Saturday, November 11, 2006

Fukui's itchy trigger finger

It seems that while Prime Minister Abe is busy fending off opposition attacks in the Diet on nuclear weapons, Fukui Toshihiko, the president of the Bank of Japan, has been signaling that the BoJ will be raising interest rates again soon, this despite ambiguous signs about the strength of Japan's recovery.

There are serious questions whether the time is right for Japan to rise its interest rates again, as this interview in the FT with Finance Minister Omi Koji by David Pilling and Martin Wolf indicates. This bit is of particular interest:

Paul Sheard, global chief economist at Lehman Brothers, said he was concerned that Japan's economic authorities were applying the brakes at the wrong time. "The big picture in Japan is that deflation continues and monetary and fiscal policy are both being tightened," he said. "I challenge you to find any textbook where that is described as an optimal policy mix."

Of course, economics textbooks are far from infallible. Nevertheless, the point is a good one.

This remark is interesting in light of the Abe Cabinet's latest push to trim the budget. Reducing Japan's colossal deficit -- in part the product of pump priming in the depths of Japan's "lost decade" -- is a necessary and long-term task for Japan's government (previously discussed here). Because the government is committed to contractionary fiscal policy for the indefinite future, however, the BoJ must exercise extreme caution in its monetary policy decisions in the coming year. Anything more than a light tap on the brakes could bring the Japanese recovery to a screeching halt.

One impact of an interest-rate hike that overshoots the mark could be an unwinding of the carry trade -- moves by global investors to take advantage of Japan's low interest rates to buy cheap yen and then turn around and sell it for currencies with better returns (i.e., higher interest rates). As this article in the FT suggests, interest rate hikes designed to preempt inflation could have the perverse consequence of leading yen to flow back into Japan, raising the exchange rate, which would likely have severe consequences for Japan's economic recovery.
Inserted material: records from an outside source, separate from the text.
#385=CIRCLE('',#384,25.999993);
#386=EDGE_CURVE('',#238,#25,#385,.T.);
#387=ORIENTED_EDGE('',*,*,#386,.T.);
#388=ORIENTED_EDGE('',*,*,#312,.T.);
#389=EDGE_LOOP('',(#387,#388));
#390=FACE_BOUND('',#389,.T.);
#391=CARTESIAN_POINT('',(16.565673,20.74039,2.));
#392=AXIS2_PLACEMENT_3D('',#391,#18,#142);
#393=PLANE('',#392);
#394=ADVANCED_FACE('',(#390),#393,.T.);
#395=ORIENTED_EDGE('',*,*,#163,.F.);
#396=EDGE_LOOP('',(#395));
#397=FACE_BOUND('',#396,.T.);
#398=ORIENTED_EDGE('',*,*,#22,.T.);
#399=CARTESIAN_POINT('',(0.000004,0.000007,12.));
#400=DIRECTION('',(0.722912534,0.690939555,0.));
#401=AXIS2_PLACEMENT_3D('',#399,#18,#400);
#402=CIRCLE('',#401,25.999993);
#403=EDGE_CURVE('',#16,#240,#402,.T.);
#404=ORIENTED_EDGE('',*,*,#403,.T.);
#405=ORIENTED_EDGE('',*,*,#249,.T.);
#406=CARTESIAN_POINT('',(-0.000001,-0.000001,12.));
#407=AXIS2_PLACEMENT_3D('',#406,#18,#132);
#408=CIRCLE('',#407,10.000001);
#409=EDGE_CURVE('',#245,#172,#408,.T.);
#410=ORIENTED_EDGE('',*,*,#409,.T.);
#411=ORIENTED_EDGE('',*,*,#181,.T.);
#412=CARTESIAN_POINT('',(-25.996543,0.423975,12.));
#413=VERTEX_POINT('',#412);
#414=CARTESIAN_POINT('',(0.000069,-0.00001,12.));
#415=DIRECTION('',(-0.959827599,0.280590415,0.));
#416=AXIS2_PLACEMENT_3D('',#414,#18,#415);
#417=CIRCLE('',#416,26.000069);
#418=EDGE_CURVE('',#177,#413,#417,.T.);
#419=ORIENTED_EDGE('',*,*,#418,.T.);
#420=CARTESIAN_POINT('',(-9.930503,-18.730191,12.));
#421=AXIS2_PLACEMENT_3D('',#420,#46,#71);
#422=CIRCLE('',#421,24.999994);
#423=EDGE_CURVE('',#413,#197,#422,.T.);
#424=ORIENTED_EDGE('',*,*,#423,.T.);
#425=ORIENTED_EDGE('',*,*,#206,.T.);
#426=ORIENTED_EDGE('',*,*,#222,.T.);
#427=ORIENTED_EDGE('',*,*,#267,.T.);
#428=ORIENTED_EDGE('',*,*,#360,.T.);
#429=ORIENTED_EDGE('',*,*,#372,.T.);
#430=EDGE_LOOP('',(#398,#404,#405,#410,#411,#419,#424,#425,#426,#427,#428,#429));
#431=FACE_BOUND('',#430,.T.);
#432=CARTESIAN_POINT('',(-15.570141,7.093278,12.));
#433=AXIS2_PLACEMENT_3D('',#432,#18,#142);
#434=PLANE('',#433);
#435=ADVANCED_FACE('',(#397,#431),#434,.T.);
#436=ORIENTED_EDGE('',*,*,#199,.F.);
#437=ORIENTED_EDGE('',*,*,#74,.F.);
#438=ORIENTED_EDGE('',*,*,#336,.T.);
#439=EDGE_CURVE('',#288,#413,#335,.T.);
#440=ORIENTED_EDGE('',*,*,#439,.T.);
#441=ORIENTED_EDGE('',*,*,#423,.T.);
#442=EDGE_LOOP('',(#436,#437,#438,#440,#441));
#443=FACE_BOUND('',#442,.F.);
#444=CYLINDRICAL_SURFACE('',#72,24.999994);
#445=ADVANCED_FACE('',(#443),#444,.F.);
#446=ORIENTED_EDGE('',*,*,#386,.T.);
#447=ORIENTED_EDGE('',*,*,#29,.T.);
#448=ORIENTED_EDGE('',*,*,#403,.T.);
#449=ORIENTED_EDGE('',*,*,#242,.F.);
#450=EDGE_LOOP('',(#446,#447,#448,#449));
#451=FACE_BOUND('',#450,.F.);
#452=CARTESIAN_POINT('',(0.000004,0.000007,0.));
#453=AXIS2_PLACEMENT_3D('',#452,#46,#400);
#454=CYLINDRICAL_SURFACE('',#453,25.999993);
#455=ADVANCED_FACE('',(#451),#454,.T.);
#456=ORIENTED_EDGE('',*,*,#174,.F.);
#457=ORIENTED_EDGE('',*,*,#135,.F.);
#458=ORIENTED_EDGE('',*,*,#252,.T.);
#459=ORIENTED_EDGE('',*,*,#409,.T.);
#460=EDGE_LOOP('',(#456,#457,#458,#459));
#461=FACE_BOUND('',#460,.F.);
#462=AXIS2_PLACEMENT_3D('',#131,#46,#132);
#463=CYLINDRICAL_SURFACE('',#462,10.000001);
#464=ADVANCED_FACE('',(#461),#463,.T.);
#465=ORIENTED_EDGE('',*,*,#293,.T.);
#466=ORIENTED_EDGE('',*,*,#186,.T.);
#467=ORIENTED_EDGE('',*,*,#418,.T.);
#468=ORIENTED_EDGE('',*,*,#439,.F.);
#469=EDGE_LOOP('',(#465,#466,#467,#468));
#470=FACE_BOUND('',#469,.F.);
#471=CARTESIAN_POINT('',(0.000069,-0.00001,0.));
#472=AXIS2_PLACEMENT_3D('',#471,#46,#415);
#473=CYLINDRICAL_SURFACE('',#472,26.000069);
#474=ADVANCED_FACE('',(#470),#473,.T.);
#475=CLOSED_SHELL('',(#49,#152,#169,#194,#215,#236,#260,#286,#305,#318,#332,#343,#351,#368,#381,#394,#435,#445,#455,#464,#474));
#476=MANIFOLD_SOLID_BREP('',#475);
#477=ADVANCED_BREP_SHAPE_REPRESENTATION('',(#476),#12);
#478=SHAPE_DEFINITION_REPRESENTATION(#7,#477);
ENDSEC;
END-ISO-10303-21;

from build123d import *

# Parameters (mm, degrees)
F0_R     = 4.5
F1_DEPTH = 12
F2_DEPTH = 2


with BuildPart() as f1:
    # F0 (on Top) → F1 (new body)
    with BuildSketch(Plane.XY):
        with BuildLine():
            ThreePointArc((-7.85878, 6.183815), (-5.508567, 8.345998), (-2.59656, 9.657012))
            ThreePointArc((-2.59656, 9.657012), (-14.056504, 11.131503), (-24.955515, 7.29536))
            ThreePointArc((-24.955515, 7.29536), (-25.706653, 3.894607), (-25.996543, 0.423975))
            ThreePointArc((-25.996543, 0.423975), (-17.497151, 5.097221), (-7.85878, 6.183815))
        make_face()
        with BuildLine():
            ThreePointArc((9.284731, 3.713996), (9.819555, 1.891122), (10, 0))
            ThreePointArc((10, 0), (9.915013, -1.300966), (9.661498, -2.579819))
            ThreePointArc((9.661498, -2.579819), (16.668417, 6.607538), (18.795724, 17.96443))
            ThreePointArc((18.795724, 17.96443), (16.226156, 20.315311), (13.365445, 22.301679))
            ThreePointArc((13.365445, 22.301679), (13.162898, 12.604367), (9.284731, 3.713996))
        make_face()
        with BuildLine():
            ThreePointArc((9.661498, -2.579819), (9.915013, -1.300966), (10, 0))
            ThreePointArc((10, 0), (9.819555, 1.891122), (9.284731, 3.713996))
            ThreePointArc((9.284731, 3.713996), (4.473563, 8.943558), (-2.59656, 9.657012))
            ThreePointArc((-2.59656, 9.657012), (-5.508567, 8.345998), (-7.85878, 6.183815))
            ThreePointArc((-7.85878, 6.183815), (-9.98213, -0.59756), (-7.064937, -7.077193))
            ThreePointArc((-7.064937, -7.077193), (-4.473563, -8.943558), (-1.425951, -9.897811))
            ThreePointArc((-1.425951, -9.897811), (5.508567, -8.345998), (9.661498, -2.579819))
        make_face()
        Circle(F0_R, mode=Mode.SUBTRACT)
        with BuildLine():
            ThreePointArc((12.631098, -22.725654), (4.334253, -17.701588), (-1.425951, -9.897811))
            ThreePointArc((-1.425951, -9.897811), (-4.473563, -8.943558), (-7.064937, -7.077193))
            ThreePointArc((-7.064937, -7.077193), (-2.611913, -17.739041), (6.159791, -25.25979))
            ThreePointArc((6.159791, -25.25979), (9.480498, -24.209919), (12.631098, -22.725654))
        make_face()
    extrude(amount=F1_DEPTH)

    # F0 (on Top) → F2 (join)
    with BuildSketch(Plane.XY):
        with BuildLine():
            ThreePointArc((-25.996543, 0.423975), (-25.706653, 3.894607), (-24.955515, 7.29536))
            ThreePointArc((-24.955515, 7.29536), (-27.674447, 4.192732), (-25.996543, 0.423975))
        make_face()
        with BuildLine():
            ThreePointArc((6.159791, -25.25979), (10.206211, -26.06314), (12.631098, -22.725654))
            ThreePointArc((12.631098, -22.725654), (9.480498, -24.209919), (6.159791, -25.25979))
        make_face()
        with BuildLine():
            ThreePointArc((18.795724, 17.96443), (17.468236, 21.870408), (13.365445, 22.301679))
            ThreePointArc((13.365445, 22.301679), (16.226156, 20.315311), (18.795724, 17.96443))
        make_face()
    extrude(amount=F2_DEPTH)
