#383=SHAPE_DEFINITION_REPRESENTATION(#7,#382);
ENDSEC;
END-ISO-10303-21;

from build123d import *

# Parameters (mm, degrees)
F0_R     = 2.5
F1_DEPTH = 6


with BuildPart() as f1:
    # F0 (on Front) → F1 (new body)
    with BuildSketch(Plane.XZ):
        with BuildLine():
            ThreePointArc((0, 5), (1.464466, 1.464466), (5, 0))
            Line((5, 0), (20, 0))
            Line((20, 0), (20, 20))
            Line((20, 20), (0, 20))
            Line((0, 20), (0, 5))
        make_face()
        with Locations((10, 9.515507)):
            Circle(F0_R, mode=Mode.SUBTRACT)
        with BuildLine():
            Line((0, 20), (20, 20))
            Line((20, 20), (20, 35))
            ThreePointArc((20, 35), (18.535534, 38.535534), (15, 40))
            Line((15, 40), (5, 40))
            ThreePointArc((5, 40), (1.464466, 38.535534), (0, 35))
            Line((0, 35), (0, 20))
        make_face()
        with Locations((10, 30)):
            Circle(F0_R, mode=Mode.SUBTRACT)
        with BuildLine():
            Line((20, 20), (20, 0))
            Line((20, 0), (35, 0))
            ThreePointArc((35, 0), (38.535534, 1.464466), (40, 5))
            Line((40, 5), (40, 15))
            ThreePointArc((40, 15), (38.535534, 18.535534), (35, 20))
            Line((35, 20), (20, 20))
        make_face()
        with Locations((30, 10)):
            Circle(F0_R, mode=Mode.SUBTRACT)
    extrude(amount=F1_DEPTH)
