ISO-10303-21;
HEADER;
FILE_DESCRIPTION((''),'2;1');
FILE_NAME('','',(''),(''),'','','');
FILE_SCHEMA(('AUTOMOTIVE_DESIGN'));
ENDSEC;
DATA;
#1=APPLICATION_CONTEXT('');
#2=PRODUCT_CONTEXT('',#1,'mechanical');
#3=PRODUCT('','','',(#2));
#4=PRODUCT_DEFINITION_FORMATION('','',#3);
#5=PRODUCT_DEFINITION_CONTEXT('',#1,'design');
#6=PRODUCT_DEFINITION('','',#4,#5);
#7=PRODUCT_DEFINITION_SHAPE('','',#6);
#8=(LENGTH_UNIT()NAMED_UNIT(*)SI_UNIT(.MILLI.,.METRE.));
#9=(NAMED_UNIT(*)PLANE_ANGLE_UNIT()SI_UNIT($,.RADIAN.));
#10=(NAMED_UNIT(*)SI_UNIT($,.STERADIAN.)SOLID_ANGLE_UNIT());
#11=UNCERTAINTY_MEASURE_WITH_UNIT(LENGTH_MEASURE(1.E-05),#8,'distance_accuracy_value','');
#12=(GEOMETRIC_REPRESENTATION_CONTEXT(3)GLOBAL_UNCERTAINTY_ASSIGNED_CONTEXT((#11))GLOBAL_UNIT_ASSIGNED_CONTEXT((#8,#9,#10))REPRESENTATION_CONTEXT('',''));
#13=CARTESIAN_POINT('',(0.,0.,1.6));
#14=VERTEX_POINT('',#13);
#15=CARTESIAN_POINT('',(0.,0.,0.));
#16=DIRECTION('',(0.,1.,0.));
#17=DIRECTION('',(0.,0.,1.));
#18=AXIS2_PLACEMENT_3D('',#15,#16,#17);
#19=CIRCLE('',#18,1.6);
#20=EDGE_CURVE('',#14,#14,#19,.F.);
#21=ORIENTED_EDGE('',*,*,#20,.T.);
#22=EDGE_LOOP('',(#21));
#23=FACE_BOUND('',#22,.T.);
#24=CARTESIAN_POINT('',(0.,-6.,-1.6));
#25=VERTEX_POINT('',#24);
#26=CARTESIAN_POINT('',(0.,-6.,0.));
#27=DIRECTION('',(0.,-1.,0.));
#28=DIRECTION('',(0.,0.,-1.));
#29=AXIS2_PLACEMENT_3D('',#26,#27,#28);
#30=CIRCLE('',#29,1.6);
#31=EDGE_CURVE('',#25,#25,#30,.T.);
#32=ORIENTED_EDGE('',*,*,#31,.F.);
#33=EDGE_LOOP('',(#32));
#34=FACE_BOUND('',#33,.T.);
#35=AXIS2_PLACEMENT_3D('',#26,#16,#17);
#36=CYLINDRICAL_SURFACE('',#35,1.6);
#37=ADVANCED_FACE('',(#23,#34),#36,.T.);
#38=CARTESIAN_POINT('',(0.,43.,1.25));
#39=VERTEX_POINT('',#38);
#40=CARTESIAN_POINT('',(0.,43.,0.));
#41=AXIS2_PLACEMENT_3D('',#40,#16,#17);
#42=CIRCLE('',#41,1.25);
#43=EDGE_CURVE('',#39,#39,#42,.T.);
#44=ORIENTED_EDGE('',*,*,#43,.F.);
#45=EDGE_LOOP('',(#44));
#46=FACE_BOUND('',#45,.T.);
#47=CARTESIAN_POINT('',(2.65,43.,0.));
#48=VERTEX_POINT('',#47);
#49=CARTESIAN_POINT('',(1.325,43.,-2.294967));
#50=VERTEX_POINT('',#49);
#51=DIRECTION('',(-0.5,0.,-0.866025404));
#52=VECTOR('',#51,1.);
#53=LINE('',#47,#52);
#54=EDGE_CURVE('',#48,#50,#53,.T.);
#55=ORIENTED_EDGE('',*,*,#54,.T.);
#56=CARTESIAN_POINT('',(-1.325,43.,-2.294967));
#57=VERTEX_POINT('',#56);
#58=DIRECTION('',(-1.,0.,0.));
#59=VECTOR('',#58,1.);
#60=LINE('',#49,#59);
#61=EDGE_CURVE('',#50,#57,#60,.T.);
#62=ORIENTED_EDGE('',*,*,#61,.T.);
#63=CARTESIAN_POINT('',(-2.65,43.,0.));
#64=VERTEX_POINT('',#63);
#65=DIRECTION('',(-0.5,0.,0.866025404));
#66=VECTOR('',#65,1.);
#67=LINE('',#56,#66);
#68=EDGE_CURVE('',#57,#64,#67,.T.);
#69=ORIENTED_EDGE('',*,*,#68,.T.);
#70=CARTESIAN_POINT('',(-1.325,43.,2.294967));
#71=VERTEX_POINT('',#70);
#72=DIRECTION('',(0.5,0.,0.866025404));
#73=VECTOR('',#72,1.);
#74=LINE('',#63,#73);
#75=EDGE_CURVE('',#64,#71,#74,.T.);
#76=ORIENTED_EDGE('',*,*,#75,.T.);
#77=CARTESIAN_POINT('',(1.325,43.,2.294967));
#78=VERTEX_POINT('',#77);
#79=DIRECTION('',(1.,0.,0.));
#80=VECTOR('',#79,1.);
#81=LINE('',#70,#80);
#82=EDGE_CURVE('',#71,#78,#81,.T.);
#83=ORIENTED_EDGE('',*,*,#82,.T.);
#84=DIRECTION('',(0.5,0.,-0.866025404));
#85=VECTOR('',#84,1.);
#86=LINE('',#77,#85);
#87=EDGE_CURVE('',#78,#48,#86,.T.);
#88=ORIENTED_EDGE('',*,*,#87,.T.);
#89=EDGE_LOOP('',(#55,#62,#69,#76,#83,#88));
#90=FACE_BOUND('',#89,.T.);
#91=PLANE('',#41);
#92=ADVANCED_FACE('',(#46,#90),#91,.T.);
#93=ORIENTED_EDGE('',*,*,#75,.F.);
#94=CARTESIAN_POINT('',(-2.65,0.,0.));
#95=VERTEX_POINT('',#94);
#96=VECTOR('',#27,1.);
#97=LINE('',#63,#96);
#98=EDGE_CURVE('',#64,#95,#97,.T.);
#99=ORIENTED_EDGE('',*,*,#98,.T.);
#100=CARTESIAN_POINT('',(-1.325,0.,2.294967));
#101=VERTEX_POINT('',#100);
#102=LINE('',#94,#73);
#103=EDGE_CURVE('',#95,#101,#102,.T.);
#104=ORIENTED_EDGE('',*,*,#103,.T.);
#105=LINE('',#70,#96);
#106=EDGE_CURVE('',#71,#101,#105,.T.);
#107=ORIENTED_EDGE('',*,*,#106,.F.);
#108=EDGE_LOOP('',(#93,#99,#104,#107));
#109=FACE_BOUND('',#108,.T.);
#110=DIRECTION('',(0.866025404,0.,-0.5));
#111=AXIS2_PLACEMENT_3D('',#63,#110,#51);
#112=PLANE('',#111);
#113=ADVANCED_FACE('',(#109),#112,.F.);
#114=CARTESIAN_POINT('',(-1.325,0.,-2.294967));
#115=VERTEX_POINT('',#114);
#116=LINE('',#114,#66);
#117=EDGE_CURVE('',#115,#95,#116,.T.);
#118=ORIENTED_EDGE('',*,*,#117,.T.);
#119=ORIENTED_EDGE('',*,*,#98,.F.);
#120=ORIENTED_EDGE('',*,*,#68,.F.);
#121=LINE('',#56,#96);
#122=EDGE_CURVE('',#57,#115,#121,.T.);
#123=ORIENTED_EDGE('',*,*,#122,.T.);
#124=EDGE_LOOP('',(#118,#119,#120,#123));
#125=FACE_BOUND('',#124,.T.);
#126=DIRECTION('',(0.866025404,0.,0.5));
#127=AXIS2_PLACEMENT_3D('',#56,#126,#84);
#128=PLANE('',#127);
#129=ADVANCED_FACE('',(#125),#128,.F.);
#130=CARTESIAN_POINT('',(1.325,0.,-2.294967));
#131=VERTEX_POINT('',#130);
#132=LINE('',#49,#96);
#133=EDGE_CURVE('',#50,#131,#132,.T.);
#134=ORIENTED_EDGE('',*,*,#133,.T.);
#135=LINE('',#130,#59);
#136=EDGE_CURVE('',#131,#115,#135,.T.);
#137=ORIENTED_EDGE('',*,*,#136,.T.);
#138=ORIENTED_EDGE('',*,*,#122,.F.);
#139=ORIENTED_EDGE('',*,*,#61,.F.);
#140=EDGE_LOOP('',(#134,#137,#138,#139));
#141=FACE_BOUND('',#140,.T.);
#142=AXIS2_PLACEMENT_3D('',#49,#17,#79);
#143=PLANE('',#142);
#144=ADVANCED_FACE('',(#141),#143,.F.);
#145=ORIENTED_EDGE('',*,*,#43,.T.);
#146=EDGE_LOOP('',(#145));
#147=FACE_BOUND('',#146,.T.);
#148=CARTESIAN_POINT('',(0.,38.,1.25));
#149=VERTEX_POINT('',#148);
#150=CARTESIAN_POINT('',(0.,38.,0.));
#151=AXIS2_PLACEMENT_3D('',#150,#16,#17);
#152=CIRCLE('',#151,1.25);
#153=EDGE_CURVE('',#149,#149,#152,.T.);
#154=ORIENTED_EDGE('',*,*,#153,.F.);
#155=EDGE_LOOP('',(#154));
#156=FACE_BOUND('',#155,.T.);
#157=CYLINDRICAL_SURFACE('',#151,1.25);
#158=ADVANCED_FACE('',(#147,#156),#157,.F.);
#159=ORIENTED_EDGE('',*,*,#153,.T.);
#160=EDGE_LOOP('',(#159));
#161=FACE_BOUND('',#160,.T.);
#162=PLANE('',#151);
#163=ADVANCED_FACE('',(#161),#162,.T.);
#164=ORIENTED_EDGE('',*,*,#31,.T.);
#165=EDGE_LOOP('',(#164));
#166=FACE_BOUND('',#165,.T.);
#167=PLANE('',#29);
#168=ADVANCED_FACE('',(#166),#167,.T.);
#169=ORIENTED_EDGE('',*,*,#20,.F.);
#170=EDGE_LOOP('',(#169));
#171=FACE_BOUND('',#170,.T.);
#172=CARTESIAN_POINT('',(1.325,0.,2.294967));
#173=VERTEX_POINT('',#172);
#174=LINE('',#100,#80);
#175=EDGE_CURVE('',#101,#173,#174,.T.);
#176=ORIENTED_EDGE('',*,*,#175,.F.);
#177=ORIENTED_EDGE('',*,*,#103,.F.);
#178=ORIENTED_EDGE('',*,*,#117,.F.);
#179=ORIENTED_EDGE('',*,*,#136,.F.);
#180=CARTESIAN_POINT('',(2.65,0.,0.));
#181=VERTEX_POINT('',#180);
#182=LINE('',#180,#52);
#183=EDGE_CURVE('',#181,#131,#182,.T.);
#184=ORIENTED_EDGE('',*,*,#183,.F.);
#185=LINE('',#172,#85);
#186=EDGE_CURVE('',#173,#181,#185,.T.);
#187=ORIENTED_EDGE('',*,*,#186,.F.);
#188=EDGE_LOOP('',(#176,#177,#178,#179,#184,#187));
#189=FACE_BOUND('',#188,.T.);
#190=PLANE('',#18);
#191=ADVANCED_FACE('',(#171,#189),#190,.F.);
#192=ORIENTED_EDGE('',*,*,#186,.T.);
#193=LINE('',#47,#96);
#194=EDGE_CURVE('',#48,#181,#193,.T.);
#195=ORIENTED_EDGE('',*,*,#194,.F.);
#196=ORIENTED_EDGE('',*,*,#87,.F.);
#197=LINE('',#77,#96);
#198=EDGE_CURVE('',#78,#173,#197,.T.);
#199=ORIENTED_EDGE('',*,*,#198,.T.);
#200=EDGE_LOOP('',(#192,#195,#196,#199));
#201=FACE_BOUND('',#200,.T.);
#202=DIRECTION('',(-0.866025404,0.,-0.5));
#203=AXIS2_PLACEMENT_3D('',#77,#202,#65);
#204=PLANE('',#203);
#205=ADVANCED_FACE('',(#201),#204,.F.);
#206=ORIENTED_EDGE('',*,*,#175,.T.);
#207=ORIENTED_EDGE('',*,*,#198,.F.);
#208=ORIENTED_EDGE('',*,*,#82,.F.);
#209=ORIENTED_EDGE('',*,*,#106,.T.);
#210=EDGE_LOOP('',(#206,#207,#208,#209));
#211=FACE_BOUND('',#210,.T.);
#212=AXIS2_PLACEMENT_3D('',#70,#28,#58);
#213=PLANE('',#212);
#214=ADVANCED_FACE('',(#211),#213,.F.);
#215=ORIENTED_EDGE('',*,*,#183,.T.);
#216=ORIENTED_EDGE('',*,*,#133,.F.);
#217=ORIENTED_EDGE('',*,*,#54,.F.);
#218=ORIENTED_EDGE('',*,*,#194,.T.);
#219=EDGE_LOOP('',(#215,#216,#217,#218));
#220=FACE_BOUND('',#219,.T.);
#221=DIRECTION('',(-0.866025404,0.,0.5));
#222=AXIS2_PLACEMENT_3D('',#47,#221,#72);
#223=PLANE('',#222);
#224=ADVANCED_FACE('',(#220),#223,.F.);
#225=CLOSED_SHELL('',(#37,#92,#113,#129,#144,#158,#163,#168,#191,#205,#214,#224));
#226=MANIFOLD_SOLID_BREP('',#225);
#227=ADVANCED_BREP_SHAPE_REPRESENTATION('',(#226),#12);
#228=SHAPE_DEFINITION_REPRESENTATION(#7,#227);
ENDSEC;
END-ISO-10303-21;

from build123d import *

# Parameters (mm, degrees)
EXTRUDE_1_DEPTH     = 43
SKETCH_6_R          = 1.6
EXTRUDE_2_DEPTH     = 6
SKETCH_7_R          = 1.25
CUT_EXTRUDE_1_DEPTH = 5


with BuildPart() as part:
    # 草图4 → 凸台-拉伸1 (new body)
    with BuildSketch(Plane(origin=(0, 0, 0), x_dir=(1, 0, 0), z_dir=(0, 1, 0))):
        Polygon((1.325, -2.29496732), (2.65, 0), (1.325, 2.29496732), (-1.325, 2.29496732), (-2.65, 0), (-1.325, -2.29496732), align=None)
    extrude(amount=EXTRUDE_1_DEPTH)

    # 草图6 → 凸台-拉伸2 (add)
    with BuildSketch(Plane(origin=(0, 0, 0), x_dir=(-1, 0, 0), z_dir=(0, -1, 0))):
        with Locations(Location((0, 0, 0), (0, 0, 270))):
            Circle(SKETCH_6_R)
    extrude(amount=EXTRUDE_2_DEPTH)

    # 草图7 → 切除-拉伸1 (cut)
    with BuildSketch(Plane(origin=(0, 43, 0), x_dir=(1, 0, 0), z_dir=(0, 1, 0))):
        with Locations(Location((0, 0, 0), (0, 0, 270))):
            Circle(SKETCH_7_R)
    extrude(amount=-CUT_EXTRUDE_1_DEPTH, mode=Mode.SUBTRACT)


solid = part.part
But then, I am probably the wrong member of my family to ask about the carry trade.

The data on the course of Japan's recovery is probably too mixed at the moment to make a firm judgment as to its sustainability, and the BoJ may be acting a bit too hasty to be assuming that the next two years will see growth continue unhindered.

Politically speaking, I wonder whether Japan's new air of confidence could survive a serious economic downturn. At the same time, though, a downturn could obviate the need to consider a consumption tax hike, about which Mr. Abe has determined no decision will be made until autumn 2007, after the Upper House elections.